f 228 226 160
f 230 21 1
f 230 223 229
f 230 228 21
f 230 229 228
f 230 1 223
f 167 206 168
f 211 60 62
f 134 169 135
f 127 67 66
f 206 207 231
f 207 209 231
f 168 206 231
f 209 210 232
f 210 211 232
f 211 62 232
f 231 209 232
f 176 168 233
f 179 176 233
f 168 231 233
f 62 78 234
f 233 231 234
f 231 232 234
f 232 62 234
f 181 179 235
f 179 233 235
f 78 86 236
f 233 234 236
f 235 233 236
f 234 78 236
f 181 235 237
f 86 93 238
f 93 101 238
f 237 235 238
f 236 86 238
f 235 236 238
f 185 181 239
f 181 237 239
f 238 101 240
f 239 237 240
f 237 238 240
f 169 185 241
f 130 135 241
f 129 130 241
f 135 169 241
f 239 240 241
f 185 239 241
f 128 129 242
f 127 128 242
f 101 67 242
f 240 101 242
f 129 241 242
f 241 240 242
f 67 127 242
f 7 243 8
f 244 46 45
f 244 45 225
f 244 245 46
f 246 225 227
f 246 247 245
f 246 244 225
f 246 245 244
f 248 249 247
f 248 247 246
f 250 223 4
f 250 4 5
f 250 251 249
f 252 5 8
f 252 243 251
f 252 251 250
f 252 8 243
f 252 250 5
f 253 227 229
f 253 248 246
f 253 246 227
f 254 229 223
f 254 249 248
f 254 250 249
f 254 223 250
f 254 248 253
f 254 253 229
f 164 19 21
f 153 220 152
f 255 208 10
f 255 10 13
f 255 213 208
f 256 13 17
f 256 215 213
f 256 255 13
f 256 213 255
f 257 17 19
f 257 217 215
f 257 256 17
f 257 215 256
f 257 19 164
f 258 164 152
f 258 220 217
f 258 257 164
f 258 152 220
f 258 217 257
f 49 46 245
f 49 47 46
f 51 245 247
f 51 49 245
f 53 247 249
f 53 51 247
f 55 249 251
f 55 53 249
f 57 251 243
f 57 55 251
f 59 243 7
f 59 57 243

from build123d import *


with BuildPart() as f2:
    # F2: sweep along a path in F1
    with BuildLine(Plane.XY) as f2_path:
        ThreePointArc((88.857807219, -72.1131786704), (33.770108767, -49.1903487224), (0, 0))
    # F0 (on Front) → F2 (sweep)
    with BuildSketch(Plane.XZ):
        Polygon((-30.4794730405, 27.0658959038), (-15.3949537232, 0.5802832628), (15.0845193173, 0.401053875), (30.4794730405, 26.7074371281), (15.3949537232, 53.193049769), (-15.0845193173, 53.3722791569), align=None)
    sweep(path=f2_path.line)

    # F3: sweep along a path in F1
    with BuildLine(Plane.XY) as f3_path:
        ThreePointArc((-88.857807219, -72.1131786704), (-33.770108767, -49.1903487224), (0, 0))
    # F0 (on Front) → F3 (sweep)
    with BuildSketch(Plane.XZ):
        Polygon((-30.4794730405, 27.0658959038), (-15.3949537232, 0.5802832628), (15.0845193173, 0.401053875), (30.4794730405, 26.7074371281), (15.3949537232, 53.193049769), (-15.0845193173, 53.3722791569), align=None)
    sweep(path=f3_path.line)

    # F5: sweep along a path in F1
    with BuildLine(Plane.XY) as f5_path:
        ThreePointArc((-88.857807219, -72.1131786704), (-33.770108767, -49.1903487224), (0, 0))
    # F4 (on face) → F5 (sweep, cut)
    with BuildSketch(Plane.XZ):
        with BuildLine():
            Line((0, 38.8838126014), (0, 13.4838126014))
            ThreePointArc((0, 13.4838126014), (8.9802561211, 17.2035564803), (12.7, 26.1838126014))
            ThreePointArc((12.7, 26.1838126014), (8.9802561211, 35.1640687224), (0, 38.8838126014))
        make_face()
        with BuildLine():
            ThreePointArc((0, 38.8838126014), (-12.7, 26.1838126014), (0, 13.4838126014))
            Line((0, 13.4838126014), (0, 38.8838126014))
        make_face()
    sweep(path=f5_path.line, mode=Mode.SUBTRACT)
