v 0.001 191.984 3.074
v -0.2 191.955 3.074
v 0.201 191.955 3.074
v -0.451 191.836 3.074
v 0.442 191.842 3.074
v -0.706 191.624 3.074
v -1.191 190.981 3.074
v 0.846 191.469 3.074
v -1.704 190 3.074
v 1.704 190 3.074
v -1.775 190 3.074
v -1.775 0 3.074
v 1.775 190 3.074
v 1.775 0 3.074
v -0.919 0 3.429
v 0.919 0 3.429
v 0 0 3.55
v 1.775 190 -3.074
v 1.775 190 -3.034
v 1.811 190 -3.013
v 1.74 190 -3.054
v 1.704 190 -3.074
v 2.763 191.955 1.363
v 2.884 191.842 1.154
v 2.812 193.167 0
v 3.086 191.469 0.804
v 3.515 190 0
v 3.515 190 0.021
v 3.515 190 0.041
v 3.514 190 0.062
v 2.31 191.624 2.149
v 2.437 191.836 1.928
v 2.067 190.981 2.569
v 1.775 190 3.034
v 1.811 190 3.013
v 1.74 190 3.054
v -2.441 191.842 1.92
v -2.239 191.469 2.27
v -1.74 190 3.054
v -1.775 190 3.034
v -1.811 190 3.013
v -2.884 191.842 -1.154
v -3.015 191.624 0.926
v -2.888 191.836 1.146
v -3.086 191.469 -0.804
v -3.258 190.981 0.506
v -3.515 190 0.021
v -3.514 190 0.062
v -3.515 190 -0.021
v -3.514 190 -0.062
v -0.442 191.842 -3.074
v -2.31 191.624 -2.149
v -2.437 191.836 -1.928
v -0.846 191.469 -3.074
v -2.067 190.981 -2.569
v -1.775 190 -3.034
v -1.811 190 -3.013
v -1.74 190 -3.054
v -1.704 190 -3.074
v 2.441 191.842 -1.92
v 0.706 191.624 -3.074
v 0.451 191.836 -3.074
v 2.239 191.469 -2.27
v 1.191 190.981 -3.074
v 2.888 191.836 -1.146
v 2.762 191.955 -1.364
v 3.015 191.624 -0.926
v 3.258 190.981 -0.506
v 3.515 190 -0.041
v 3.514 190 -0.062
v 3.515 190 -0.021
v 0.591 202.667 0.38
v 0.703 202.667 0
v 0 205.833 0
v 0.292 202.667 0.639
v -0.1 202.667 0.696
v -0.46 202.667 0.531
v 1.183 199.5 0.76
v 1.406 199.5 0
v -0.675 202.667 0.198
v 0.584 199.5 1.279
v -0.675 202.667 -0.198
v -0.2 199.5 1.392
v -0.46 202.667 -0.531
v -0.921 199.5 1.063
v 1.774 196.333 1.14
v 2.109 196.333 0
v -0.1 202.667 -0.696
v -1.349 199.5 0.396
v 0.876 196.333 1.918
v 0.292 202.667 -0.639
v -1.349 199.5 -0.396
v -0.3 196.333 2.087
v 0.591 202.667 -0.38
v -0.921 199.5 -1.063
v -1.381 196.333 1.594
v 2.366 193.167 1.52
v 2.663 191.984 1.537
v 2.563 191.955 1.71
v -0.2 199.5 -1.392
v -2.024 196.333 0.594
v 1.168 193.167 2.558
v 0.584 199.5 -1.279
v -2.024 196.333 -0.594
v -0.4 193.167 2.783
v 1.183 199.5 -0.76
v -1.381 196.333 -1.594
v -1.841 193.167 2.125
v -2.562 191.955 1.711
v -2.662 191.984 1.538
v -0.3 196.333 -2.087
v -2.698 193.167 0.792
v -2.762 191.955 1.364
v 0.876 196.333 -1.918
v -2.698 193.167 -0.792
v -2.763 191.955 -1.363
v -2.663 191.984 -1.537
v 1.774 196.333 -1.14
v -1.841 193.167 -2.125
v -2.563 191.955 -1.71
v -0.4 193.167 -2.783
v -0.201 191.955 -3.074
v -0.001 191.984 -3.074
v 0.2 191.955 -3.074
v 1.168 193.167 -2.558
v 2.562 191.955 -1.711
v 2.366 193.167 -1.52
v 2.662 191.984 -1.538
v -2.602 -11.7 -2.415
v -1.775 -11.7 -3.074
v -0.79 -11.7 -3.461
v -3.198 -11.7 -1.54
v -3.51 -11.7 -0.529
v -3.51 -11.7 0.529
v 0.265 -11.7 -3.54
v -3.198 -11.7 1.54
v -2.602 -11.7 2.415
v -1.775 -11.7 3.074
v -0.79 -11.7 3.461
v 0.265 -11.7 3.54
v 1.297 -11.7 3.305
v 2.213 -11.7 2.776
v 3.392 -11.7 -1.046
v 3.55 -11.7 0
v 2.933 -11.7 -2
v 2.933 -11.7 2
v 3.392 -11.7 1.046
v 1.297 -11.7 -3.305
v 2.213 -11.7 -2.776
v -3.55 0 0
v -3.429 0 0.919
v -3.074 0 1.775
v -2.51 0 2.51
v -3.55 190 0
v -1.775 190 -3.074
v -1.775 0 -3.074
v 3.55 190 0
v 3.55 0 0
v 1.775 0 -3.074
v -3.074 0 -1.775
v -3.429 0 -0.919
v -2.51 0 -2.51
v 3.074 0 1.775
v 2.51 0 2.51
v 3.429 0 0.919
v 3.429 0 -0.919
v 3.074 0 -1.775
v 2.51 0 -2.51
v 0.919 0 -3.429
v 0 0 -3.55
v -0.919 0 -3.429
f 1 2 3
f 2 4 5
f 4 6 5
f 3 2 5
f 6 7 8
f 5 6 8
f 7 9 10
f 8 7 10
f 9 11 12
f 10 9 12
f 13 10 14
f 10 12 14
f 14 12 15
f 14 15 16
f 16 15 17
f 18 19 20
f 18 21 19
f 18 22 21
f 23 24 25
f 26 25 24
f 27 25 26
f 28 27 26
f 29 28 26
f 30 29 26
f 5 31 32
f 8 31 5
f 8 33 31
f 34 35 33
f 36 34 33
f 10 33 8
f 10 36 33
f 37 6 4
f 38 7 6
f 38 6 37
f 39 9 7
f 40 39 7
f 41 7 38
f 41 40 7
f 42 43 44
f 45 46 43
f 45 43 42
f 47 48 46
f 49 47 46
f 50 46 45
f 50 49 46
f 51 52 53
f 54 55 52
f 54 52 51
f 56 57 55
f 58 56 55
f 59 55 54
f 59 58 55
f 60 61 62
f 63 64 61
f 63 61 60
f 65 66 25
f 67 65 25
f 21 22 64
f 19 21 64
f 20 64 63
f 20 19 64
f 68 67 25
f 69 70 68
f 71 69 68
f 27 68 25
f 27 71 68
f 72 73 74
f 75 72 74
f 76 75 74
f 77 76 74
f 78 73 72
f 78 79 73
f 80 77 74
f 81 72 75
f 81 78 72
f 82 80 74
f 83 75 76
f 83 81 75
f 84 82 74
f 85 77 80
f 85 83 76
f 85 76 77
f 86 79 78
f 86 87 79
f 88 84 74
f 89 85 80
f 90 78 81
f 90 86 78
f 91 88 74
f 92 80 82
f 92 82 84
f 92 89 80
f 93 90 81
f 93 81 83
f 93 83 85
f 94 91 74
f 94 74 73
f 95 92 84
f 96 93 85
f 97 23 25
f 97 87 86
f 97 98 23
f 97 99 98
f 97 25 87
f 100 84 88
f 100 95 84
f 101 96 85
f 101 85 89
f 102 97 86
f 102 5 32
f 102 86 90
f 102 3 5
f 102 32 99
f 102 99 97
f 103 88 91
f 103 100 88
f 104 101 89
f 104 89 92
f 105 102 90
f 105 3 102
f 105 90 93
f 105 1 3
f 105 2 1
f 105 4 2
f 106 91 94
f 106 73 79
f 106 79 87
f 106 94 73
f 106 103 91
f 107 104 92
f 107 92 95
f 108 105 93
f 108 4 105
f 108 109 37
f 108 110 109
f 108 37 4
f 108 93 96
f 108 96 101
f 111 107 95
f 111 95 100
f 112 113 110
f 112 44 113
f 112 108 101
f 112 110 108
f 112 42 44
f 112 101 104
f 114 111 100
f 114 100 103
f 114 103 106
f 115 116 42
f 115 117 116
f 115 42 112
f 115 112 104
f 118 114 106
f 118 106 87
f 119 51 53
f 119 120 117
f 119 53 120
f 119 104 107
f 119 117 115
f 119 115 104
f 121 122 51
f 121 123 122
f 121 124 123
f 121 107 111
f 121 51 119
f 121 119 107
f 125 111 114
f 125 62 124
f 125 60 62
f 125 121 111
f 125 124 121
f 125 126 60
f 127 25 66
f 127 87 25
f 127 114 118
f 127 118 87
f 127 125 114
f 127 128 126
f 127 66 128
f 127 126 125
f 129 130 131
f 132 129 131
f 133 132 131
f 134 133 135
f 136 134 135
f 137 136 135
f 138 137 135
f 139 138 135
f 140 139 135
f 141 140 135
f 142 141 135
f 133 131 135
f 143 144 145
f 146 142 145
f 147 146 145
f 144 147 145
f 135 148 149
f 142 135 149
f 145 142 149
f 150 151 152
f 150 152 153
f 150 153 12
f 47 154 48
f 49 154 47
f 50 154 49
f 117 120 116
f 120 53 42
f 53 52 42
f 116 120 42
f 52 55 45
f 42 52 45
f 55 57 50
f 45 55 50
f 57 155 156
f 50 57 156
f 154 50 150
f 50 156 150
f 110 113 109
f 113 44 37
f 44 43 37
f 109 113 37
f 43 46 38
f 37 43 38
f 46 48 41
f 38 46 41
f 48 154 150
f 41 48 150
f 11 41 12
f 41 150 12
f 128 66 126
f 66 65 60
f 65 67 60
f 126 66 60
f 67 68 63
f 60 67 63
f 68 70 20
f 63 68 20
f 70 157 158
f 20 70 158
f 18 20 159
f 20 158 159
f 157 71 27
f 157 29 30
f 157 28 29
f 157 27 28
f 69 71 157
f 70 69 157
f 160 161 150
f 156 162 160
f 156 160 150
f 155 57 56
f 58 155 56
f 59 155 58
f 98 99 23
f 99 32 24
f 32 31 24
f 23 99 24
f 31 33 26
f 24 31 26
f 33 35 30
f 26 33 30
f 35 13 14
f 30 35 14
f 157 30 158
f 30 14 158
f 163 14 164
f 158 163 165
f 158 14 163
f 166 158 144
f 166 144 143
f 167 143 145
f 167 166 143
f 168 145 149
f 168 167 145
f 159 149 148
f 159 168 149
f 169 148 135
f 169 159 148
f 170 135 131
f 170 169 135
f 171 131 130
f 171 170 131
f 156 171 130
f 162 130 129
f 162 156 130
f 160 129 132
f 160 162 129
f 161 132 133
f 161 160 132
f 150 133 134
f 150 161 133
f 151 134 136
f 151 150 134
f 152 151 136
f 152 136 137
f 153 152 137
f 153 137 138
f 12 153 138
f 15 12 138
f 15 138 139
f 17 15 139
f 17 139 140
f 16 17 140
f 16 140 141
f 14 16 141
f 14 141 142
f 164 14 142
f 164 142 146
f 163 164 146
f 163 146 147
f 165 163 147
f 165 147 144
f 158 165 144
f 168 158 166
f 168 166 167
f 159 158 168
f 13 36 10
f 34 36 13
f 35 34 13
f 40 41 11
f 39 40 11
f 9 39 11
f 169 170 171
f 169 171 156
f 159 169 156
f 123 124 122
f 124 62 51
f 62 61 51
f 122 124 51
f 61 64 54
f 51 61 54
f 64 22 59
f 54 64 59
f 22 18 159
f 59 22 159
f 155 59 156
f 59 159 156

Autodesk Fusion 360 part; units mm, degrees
sketch "Sketch1" plane through (0, 0, 0) normal (0, 1, 0) x (1, 0, 0)
  line L0 (1.775, -3.0744) -> (3.55, 0)
  line L1 (3.55, 0) -> (1.775, 3.0744)
  line L2 (1.775, 3.0744) -> (-1.775, 3.0744)
  line L3 (-1.775, 3.0744) -> (-3.55, 0)
  line L4 (-3.55, 0) -> (-1.775, -3.0744)
  line L5 (-1.775, -3.0744) -> (1.775, -3.0744)
  circle A0 centre (0, 0) radius 3.55
  dimension "d6" = 3.55
  dimension "d8" = 7.1
extrude "Extrude1" add sketch "Sketch1" along normal blind 190
sketch "Sketch2" plane through (0, 0, 0) normal (0, 0, 1) x (1, 0, 0)
  line L0 (0, 190) -> (0, 205.8333)
  line L1 (0, 205.8333) -> (3.5149, 190)
  line L2 (0, 190) -> (3.5149, 190)
  dimension "d11" = 15.8333
revolve "Revolve1" add sketch "Sketch2" angle 360 about axis through (0, 190, 0) along (0, 1, 0)
extrude "Extrude2" cut sketch "Sketch1" along normal blind 205 contours L5 A0 | L0 A0 | L1 A0 | L4 A0 | L2 A0 | L3 A0
sketch "Sketch3" plane through (0, 0, 0) normal (1, 0, 0) x (0, 1, 0)
extrude "Extrude3" add sketch "Sketch1" against normal blind 11.7
equation "width = 7.1 mm"
equation "tip_diameter = 2.4 mm"
equation "eraser_holder_height = 11.7 mm"
equation "eraser_height = 4.7 mm"
equation "height = 190 mm"
equation "d6 = width / 2"
equation "d8 = width"
equation "d9 = height"
equation "d11 = height / 12"
equation "d15 = eraser_holder_height * -1"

::::::

Task description:
All that should be written out is the stretch of lines above between the one holding "17.2035564803), (12.7, 26.1838126014))" and the one holding "v -1.74 190 3.054", inclusive, exactly as given.

Response to the exercise:
            ThreePointArc((0, 13.4838126014), (8.9802561211, 17.2035564803), (12.7, 26.1838126014))
            ThreePointArc((12.7, 26.1838126014), (8.9802561211, 35.1640687224), (0, 38.8838126014))
        make_face()
        with BuildLine():
            ThreePointArc((0, 38.8838126014), (-12.7, 26.1838126014), (0, 13.4838126014))
            Line((0, 13.4838126014), (0, 38.8838126014))
        make_face()
    sweep(path=f5_path.line, mode=Mode.SUBTRACT)
v 0.001 191.984 3.074
v -0.2 191.955 3.074
v 0.201 191.955 3.074
v -0.451 191.836 3.074
v 0.442 191.842 3.074
v -0.706 191.624 3.074
v -1.191 190.981 3.074
v 0.846 191.469 3.074
v -1.704 190 3.074
v 1.704 190 3.074
v -1.775 190 3.074
v -1.775 0 3.074
v 1.775 190 3.074
v 1.775 0 3.074
v -0.919 0 3.429
v 0.919 0 3.429
v 0 0 3.55
v 1.775 190 -3.074
v 1.775 190 -3.034
v 1.811 190 -3.013
v 1.74 190 -3.054
v 1.704 190 -3.074
v 2.763 191.955 1.363
v 2.884 191.842 1.154
v 2.812 193.167 0
v 3.086 191.469 0.804
v 3.515 190 0
v 3.515 190 0.021
v 3.515 190 0.041
v 3.514 190 0.062
v 2.31 191.624 2.149
v 2.437 191.836 1.928
v 2.067 190.981 2.569
v 1.775 190 3.034
v 1.811 190 3.013
v 1.74 190 3.054
v -2.441 191.842 1.92
v -2.239 191.469 2.27
v -1.74 190 3.054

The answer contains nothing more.